Cermak’s book led to the creation of a twelve-step program called Codependents Anonymous (CoDA), which has certainly served as an effective healing mechanism for some people working to better understand what they have struggled with in their relationships, how they got there, and how they can Learn, grow and trust themselves again. But the support group does not diagnose.
- A codependent relationship is always a two-way street, as the word itself implies reciprocity.
If someone has obsessive-compulsive disorder, bipolar disorder, social anxiety disorder, etc., the symptoms present themselves regardless of whether or not that individual is in a healthy relationship, an unhealthy relationship, or no relationship. Launch.
It is impossible to be dependent in isolation.
The diagnoses do not apply to couples, families, or friends. It applies to individuals and their personal performance. Codependency does not and cannot apply to any person in particular, only to the type of relationship someone is in, and only at the time they are in it.

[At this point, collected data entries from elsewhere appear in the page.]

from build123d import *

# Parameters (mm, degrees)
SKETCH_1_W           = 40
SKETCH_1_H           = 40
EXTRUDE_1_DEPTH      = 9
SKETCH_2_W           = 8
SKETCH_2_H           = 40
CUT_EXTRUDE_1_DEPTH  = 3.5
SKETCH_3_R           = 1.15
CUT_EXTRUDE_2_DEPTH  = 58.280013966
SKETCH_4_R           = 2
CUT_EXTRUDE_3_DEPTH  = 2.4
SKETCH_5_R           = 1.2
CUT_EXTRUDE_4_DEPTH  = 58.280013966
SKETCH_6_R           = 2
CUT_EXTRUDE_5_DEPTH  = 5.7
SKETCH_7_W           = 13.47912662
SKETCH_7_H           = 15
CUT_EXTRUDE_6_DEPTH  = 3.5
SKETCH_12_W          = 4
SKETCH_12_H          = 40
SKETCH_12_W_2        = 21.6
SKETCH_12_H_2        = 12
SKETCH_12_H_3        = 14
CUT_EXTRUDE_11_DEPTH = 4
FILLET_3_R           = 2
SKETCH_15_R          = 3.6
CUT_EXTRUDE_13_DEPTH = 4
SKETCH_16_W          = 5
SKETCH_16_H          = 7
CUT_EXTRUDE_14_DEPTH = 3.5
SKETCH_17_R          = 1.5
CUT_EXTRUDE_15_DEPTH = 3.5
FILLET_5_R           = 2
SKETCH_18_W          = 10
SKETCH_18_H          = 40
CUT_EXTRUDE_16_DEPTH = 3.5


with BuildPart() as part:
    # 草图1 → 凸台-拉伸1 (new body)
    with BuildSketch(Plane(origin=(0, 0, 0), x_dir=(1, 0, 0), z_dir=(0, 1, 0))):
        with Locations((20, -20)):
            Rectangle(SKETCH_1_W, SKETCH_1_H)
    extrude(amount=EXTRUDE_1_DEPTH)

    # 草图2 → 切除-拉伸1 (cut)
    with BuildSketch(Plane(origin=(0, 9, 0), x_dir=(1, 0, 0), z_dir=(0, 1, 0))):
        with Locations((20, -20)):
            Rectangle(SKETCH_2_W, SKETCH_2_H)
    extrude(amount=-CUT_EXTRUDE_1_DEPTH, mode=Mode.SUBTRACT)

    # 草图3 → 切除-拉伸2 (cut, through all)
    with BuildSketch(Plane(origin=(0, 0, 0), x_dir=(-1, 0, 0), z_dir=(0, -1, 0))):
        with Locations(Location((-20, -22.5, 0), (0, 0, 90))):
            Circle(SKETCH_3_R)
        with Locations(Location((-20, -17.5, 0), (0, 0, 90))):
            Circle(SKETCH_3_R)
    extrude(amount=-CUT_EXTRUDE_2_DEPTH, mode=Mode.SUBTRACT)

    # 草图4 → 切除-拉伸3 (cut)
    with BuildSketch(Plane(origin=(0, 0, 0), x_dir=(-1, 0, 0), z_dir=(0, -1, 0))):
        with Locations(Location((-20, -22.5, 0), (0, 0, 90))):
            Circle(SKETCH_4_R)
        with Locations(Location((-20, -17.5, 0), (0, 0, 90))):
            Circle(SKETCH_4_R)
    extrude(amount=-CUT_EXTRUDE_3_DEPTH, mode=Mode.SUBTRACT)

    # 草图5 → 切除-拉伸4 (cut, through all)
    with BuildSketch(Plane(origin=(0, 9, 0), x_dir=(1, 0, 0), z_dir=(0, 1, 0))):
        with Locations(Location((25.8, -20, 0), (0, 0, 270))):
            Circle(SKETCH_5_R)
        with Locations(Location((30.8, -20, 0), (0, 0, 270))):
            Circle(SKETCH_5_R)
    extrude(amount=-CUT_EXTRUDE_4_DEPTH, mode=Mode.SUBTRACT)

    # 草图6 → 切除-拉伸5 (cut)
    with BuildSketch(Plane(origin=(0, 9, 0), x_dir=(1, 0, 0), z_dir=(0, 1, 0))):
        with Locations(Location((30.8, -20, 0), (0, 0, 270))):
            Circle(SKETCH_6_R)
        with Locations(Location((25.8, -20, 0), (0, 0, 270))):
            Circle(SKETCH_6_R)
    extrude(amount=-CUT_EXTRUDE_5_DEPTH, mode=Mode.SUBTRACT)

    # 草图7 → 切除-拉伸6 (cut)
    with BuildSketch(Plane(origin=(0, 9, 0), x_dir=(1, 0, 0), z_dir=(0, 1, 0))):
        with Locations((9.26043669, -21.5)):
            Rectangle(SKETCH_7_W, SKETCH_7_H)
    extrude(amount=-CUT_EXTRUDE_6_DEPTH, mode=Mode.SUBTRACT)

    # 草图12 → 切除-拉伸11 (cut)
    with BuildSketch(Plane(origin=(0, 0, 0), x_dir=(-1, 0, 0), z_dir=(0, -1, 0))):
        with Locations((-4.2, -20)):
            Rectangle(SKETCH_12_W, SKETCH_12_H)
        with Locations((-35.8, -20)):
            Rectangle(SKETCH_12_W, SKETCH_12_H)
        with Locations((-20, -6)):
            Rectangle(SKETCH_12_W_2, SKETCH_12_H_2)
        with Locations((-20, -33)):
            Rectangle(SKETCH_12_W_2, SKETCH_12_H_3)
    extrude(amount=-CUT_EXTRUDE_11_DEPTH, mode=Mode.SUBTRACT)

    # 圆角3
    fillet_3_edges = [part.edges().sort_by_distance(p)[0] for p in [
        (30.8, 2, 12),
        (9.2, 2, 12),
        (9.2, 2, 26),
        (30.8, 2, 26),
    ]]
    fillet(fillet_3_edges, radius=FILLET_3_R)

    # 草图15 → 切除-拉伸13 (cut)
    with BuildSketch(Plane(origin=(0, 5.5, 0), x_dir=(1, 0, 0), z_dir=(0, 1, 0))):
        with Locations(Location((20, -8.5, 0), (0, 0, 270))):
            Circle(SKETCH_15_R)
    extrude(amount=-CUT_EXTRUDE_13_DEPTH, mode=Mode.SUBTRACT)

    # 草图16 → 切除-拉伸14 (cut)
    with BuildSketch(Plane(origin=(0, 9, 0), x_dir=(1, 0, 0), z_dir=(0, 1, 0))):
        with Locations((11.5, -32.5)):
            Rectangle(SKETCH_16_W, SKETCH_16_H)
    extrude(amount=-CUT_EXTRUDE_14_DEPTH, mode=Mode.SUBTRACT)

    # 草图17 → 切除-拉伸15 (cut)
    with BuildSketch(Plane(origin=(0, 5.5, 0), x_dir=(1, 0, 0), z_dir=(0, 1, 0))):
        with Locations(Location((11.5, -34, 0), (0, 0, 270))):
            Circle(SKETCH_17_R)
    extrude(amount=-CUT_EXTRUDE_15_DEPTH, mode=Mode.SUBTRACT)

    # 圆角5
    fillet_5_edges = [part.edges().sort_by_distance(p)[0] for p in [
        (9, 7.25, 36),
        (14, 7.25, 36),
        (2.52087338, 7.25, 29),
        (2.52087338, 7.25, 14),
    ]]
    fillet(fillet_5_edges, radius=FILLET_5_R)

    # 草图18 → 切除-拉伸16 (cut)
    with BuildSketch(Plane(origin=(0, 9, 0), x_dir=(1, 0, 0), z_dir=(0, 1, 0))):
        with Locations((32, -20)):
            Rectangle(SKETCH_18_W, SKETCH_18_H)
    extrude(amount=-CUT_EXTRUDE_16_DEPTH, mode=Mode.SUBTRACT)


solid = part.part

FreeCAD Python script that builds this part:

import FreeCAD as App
import Part
import Sketcher
Q = App.Units.Quantity


def edges_at(feature, points):
    """Names of the edges that pass closest to the given points."""
    edges = feature.Shape.Edges
    near = lambda p: min(range(len(edges)), key=lambda i: edges[i].distToShape(Part.Vertex(*p))[0])
    return sorted({f"Edge{near(p) + 1}" for p in points})


def add_polygon(sketch, points):
    """Adds a closed chain of lines whose ends are joined by coincident constraints."""
    first, n = sketch.GeometryCount, len(points)
    for a, b in zip(points, points[1:] + points[:1]):
        sketch.addGeometry(Part.LineSegment(App.Vector(*a, 0), App.Vector(*b, 0)), False)
    for i in range(n):
        sketch.addConstraint(Sketcher.Constraint("Coincident", first + i, 2, first + (i + 1) % n, 1))

doc = App.newDocument("Part")
body = doc.addObject("PartDesign::Body", "Body")

# Sketch on XZ plane
sketch1 = doc.addObject("Sketcher::SketchObject", "Sketch")
body.addObject(sketch1)
sketch1.AttachmentSupport = (doc.XZ_Plane, [""])
sketch1.MapMode = "FlatFace"
add_polygon(sketch1, [(0, 0), (0, 40), (40, 40), (40, 0)])  # lines 0-3
sketch1.addConstraint(Sketcher.Constraint("Vertical", 0))
sketch1.addConstraint(Sketcher.Constraint("Horizontal", 1))
sketch1.addConstraint(Sketcher.Constraint("Vertical", 2))
sketch1.addConstraint(Sketcher.Constraint("Horizontal", 3))
sketch1.addConstraint(Sketcher.Constraint("Coincident", 3, 2, -1, 1))
sketch1.addConstraint(Sketcher.Constraint("Equal", 3, 0))
sketch1.addConstraint(Sketcher.Constraint("DistanceX", 1, 1, 1, 2, Q("40 mm")))
pad1 = doc.addObject("PartDesign::Pad", "Pad")
body.addObject(pad1)
pad1.Profile = sketch1
pad1.Length = 9
pad1.Reversed = True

- Assigning a wrong diagnosis to someone may prevent or delay their acceptance of treatment for the appropriate diagnosis for which they can receive effective treatment.
Social anxiety disorder, generalized anxiety disorder, or specific phobia may or may not apply to any victim of an abusive relationship.
These are very real medical conditions, and they can all be treated effectively with medication, therapy and a variety of other interventions, but only if the professionals providing support to these men and women look beyond the superficial display of someone who can’t. They seem to be defending themselves.
- Assigning a wrong diagnosis to someone may prevent or delay the abuser’s acceptance of treatment for an appropriate diagnosis for which he or she can receive effective treatment.
Conduct disorder, alcohol or substance-related disorder, or personality disorder may or may not apply to any abuser in a codependent relationship.
Labeling a victim as dependent is like calling a rape victim a “molester,” a “slut,” or even a “fucking boy.” The behavior of victims cannot be allowed to hide or justify the actions of attackers.
- Not everyone who engages in a codependent relationship does so because they lack self-esteem or because they have a mental health disorder.
Many people who engage in emotional manipulators do so because they have high self-esteem, high levels of empathy, and want to be of service to others. They enter the relationship with a healing mindset, either because they overestimated the power of their best intentions or underestimated the degree of illness in the person they fell in love with.
This does not occur as a result of some genetic or behavioral defect related to development. This happens because emotional manipulators are very well skilled at emotional manipulation. It is their survival mechanism.